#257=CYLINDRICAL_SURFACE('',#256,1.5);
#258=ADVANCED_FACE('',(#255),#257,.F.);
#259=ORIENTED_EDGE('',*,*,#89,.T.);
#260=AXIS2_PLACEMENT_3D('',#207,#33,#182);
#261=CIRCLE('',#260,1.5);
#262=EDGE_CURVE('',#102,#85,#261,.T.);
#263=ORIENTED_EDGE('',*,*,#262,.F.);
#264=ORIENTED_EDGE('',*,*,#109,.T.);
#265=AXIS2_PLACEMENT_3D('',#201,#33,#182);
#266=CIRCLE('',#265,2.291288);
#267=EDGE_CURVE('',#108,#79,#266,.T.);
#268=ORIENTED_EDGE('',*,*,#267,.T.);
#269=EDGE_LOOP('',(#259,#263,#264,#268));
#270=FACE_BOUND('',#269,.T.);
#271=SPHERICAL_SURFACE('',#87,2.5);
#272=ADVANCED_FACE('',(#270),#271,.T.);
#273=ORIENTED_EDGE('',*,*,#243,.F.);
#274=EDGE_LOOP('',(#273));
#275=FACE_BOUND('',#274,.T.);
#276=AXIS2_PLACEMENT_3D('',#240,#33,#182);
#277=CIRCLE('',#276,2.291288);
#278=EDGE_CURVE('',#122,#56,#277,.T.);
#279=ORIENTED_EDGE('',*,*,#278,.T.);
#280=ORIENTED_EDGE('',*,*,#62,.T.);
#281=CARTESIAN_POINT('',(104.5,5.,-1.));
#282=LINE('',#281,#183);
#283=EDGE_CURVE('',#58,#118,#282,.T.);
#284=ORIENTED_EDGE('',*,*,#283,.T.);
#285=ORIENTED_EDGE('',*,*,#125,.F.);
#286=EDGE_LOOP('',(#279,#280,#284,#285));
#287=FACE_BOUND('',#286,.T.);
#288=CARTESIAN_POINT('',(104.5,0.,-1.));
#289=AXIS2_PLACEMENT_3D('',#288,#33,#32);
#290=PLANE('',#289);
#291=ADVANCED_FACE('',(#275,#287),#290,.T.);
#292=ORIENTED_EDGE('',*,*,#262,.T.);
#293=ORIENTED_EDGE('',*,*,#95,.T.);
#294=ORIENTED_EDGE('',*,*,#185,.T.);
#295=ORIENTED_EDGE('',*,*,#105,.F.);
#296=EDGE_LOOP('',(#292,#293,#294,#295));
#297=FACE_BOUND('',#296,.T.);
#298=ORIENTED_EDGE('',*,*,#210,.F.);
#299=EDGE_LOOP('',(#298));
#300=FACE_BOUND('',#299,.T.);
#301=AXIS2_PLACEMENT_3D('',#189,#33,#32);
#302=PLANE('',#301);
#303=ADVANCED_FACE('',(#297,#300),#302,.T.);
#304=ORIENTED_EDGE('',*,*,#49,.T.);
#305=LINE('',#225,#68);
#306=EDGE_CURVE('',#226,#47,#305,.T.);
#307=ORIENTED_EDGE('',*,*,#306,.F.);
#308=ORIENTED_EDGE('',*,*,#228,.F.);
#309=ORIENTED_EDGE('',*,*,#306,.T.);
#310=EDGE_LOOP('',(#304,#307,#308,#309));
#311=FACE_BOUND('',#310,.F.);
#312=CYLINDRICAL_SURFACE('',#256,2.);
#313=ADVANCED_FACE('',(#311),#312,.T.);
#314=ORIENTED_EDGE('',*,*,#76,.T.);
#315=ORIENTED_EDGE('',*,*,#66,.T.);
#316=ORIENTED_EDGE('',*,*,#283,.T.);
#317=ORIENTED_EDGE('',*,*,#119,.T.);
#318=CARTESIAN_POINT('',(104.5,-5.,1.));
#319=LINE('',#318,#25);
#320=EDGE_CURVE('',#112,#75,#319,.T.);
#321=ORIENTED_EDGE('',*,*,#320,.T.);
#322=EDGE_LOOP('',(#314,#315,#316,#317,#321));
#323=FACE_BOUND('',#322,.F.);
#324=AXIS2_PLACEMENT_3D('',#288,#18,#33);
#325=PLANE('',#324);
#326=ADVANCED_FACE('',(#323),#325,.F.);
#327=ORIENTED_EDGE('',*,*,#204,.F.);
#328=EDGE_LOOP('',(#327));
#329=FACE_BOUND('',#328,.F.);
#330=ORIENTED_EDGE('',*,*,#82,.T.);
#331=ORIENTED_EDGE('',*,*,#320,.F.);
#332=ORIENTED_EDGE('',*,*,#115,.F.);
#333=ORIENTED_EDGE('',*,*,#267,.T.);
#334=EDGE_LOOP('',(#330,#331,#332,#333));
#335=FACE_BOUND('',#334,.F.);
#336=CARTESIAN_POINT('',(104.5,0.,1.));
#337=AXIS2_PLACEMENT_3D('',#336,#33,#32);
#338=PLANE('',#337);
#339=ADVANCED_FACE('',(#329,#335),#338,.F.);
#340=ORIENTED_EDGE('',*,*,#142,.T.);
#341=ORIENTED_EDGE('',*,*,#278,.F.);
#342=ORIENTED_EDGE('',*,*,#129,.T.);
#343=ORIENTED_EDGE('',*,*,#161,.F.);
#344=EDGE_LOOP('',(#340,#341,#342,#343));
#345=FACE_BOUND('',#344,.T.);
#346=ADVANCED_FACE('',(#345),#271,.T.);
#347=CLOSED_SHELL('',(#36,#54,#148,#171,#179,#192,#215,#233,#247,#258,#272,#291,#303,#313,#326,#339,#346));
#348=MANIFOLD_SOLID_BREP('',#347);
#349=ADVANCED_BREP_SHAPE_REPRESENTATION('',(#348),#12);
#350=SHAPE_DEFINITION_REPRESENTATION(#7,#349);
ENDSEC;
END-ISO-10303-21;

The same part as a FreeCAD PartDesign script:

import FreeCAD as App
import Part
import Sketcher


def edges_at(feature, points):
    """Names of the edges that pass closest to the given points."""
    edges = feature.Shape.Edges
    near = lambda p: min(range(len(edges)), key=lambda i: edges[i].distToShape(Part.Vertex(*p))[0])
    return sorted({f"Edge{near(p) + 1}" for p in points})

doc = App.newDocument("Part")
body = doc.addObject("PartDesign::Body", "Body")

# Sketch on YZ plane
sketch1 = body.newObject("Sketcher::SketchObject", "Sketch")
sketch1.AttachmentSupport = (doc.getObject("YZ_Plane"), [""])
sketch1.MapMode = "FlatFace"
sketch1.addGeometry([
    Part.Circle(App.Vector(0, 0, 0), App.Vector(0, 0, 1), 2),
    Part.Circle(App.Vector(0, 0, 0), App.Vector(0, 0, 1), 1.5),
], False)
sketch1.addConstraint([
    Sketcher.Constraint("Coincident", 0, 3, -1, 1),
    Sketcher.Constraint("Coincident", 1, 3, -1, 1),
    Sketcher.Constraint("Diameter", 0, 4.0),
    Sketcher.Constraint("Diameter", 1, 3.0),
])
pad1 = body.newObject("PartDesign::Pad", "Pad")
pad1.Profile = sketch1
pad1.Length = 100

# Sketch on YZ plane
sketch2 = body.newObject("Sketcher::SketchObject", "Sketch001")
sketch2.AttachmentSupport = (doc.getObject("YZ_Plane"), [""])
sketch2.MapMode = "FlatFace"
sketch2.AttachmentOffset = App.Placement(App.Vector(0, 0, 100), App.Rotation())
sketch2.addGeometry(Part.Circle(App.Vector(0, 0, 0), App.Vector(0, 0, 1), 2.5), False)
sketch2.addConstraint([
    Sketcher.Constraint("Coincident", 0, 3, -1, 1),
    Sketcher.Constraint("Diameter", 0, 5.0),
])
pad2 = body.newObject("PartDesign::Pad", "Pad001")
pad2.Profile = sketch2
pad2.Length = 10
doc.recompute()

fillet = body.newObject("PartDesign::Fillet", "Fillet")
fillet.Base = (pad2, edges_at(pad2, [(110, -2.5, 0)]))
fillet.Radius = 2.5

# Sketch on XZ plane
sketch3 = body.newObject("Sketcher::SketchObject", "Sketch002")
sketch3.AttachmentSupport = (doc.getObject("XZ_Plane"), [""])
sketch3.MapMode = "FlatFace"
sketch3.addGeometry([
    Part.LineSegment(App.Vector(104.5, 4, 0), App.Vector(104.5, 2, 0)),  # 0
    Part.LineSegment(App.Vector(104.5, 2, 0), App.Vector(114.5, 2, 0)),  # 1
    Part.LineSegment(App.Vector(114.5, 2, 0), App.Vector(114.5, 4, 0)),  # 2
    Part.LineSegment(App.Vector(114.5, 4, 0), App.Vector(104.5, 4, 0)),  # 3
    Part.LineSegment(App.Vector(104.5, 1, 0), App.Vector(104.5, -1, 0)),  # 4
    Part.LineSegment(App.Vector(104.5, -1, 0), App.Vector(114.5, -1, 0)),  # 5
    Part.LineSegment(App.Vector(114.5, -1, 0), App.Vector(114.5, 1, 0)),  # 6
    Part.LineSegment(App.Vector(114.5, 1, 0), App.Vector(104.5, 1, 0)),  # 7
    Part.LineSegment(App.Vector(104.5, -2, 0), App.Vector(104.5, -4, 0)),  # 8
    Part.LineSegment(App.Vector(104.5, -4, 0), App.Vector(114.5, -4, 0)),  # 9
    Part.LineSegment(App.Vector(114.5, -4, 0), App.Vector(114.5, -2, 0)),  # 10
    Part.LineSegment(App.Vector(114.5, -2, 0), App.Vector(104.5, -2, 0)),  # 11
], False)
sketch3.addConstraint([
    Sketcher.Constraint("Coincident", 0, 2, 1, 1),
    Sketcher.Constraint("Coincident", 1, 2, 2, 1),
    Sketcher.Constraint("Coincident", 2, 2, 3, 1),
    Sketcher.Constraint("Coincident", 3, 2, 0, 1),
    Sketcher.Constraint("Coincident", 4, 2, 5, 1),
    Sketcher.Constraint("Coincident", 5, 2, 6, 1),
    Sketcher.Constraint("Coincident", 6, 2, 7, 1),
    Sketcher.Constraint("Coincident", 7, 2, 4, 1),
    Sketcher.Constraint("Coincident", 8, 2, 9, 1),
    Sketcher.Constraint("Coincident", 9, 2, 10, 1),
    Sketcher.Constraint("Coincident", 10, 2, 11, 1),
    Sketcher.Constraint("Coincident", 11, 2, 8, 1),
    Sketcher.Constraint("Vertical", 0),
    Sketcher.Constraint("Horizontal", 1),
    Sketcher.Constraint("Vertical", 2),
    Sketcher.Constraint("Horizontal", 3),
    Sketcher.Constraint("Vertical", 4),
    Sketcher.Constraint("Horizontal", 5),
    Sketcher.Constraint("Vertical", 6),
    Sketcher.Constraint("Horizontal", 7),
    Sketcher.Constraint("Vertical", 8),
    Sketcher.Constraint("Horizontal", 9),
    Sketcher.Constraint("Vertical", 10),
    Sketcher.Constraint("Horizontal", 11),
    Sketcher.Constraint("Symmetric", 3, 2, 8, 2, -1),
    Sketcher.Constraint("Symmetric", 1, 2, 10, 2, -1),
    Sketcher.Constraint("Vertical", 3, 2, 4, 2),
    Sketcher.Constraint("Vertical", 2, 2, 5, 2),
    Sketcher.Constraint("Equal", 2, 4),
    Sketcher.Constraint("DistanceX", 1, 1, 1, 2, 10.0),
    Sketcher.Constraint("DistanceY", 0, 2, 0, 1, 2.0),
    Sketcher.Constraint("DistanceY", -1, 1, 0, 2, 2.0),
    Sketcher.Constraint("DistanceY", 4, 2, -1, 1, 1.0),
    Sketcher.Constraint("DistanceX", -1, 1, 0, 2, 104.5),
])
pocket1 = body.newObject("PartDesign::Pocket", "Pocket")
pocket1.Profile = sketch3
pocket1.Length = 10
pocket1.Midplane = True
*-*-*
▶ **TASK TO CARRY OUT**
Out of the data above, transcribe exactly and only the lines starting with the line that has "#309=ORIENTED_EDGE('',*,*,#306,.T.);" and going on through the line that has "#326=ADVANCED_FACE('',(#323),#325,.F.);", both included.

▶ **EXERCISE ANSWER**
#309=ORIENTED_EDGE('',*,*,#306,.T.);
#310=EDGE_LOOP('',(#304,#307,#308,#309));
#311=FACE_BOUND('',#310,.F.);
#312=CYLINDRICAL_SURFACE('',#256,2.);
#313=ADVANCED_FACE('',(#311),#312,.T.);
#314=ORIENTED_EDGE('',*,*,#76,.T.);
#315=ORIENTED_EDGE('',*,*,#66,.T.);
#316=ORIENTED_EDGE('',*,*,#283,.T.);
#317=ORIENTED_EDGE('',*,*,#119,.T.);
#318=CARTESIAN_POINT('',(104.5,-5.,1.));
#319=LINE('',#318,#25);
#320=EDGE_CURVE('',#112,#75,#319,.T.);
#321=ORIENTED_EDGE('',*,*,#320,.T.);
#322=EDGE_LOOP('',(#314,#315,#316,#317,#321));
#323=FACE_BOUND('',#322,.F.);
#324=AXIS2_PLACEMENT_3D('',#288,#18,#33);
#325=PLANE('',#324);
#326=ADVANCED_FACE('',(#323),#325,.F.);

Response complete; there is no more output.